- _TASK REQUIREMENTS_
From the data below, set down exactly the lines between the one holding "v -20.879 22.234 -41" and the one holding "v 28.5 0 41", inclusive, and no others.

===== INPUT MATERIAL

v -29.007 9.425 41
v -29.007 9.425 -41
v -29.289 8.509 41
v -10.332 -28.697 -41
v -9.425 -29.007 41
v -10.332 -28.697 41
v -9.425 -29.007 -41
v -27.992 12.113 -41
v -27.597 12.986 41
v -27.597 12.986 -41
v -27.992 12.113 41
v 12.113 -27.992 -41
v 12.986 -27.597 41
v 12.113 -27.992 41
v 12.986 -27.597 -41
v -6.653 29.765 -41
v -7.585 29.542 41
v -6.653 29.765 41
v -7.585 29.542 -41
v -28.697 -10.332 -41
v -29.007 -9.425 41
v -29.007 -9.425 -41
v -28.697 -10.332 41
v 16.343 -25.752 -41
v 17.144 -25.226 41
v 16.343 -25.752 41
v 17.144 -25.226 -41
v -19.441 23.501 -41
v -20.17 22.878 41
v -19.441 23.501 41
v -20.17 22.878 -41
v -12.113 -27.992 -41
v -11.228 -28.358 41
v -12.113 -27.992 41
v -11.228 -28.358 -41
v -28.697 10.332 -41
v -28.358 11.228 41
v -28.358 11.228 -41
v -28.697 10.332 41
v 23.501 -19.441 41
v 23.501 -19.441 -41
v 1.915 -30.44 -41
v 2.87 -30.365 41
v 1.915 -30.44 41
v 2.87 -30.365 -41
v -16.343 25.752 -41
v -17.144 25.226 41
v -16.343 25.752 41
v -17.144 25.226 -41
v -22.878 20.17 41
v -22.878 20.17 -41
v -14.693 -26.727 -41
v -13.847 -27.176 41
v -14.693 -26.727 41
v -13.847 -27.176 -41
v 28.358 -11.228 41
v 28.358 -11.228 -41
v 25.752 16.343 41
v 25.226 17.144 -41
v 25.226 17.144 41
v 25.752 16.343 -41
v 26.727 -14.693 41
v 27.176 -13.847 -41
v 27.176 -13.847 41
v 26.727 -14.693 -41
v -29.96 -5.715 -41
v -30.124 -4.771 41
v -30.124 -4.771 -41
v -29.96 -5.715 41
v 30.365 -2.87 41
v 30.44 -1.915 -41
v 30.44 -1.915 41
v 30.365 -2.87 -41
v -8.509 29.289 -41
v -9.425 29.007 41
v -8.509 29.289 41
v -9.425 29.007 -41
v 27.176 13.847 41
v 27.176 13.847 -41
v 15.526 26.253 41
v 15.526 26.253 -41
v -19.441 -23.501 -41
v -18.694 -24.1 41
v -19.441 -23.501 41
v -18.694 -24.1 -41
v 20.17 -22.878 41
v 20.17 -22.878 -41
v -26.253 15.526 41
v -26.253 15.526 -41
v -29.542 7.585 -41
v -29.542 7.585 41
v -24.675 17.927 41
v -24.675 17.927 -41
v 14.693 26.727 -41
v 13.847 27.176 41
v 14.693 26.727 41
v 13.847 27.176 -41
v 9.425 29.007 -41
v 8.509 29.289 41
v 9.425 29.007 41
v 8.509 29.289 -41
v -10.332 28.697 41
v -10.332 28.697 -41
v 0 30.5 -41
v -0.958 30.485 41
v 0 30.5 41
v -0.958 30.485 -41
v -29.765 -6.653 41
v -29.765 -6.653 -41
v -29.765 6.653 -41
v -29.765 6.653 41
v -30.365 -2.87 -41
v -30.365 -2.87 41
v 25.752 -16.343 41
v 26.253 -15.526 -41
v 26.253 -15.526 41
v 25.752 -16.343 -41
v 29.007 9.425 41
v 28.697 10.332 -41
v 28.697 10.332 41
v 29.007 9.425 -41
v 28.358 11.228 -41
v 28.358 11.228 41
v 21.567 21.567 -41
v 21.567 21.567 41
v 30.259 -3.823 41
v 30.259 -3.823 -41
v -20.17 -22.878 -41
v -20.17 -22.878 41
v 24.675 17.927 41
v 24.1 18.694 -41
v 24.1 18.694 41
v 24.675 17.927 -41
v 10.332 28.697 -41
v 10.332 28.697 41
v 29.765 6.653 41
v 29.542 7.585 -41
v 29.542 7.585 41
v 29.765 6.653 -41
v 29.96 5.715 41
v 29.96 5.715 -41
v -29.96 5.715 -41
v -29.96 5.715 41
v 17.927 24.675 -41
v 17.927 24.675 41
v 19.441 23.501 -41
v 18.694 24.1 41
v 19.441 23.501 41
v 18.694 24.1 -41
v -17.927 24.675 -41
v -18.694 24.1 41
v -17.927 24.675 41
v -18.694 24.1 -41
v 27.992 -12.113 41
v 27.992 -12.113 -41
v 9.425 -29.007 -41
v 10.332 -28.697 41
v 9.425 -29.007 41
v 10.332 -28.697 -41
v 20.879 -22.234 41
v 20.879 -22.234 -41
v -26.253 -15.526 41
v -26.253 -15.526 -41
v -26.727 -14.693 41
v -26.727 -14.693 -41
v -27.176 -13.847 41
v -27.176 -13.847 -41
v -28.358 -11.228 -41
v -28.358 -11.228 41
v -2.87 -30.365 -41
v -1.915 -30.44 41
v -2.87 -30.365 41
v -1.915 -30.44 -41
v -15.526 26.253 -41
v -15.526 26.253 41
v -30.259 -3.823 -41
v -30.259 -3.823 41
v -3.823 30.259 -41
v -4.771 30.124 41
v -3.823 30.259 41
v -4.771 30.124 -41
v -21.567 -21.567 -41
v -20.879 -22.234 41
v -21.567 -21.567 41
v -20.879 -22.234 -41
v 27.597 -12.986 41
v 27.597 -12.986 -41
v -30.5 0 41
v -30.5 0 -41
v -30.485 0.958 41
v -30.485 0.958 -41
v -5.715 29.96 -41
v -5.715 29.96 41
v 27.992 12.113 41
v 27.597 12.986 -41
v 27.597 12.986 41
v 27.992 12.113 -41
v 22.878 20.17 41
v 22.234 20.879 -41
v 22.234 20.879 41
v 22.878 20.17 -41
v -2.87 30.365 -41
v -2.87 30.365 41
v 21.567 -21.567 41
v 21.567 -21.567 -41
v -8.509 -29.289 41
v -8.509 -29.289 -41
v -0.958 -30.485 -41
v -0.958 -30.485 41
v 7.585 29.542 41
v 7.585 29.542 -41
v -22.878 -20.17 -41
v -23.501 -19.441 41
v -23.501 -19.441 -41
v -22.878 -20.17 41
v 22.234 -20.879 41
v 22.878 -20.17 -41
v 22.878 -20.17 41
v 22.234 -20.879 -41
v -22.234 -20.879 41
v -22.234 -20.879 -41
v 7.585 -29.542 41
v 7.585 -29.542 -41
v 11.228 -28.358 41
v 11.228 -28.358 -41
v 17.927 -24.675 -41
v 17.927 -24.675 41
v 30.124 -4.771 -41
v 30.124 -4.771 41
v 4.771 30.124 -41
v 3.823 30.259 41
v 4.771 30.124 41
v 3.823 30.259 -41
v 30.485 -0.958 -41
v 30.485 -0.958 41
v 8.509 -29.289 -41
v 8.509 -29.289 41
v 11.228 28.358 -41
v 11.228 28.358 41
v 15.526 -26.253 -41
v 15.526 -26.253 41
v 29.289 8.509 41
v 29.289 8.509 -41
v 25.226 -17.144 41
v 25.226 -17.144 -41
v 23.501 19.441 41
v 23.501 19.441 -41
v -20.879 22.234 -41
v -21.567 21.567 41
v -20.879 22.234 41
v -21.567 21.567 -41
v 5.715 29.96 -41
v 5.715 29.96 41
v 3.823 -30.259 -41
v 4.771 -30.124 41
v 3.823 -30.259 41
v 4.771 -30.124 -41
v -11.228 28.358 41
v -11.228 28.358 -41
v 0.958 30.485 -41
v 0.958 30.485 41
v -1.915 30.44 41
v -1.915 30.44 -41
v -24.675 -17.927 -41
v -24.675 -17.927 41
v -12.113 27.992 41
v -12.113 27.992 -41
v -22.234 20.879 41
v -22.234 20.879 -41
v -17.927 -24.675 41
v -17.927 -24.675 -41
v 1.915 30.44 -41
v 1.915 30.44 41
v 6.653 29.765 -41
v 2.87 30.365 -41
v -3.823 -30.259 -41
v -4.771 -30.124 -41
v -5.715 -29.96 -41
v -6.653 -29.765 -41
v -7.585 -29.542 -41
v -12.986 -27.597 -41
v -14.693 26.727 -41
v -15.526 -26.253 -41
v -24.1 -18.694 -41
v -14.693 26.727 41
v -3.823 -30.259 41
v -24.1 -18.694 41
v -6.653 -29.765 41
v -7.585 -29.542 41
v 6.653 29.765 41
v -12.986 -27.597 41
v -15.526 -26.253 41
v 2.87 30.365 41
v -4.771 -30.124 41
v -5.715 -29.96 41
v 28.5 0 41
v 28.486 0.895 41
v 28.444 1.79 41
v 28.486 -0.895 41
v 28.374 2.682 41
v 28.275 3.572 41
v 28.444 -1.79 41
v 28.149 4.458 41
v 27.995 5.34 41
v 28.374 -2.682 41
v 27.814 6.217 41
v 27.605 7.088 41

==========

- _RESPONSE AREA_
v -20.879 22.234 -41
v -21.567 21.567 41
v -20.879 22.234 41
v -21.567 21.567 -41
v 5.715 29.96 -41
v 5.715 29.96 41
v 3.823 -30.259 -41
v 4.771 -30.124 41
v 3.823 -30.259 41
v 4.771 -30.124 -41
v -11.228 28.358 41
v -11.228 28.358 -41
v 0.958 30.485 -41
v 0.958 30.485 41
v -1.915 30.44 41
v -1.915 30.44 -41
v -24.675 -17.927 -41
v -24.675 -17.927 41
v -12.113 27.992 41
v -12.113 27.992 -41
v -22.234 20.879 41
v -22.234 20.879 -41
v -17.927 -24.675 41
v -17.927 -24.675 -41
v 1.915 30.44 -41
v 1.915 30.44 41
v 6.653 29.765 -41
v 2.87 30.365 -41
v -3.823 -30.259 -41
v -4.771 -30.124 -41
v -5.715 -29.96 -41
v -6.653 -29.765 -41
v -7.585 -29.542 -41
v -12.986 -27.597 -41
v -14.693 26.727 -41
v -15.526 -26.253 -41
v -24.1 -18.694 -41
v -14.693 26.727 41
v -3.823 -30.259 41
v -24.1 -18.694 41
v -6.653 -29.765 41
v -7.585 -29.542 41
v 6.653 29.765 41
v -12.986 -27.597 41
v -15.526 -26.253 41
v 2.87 30.365 41
v -4.771 -30.124 41
v -5.715 -29.96 41
v 28.5 0 41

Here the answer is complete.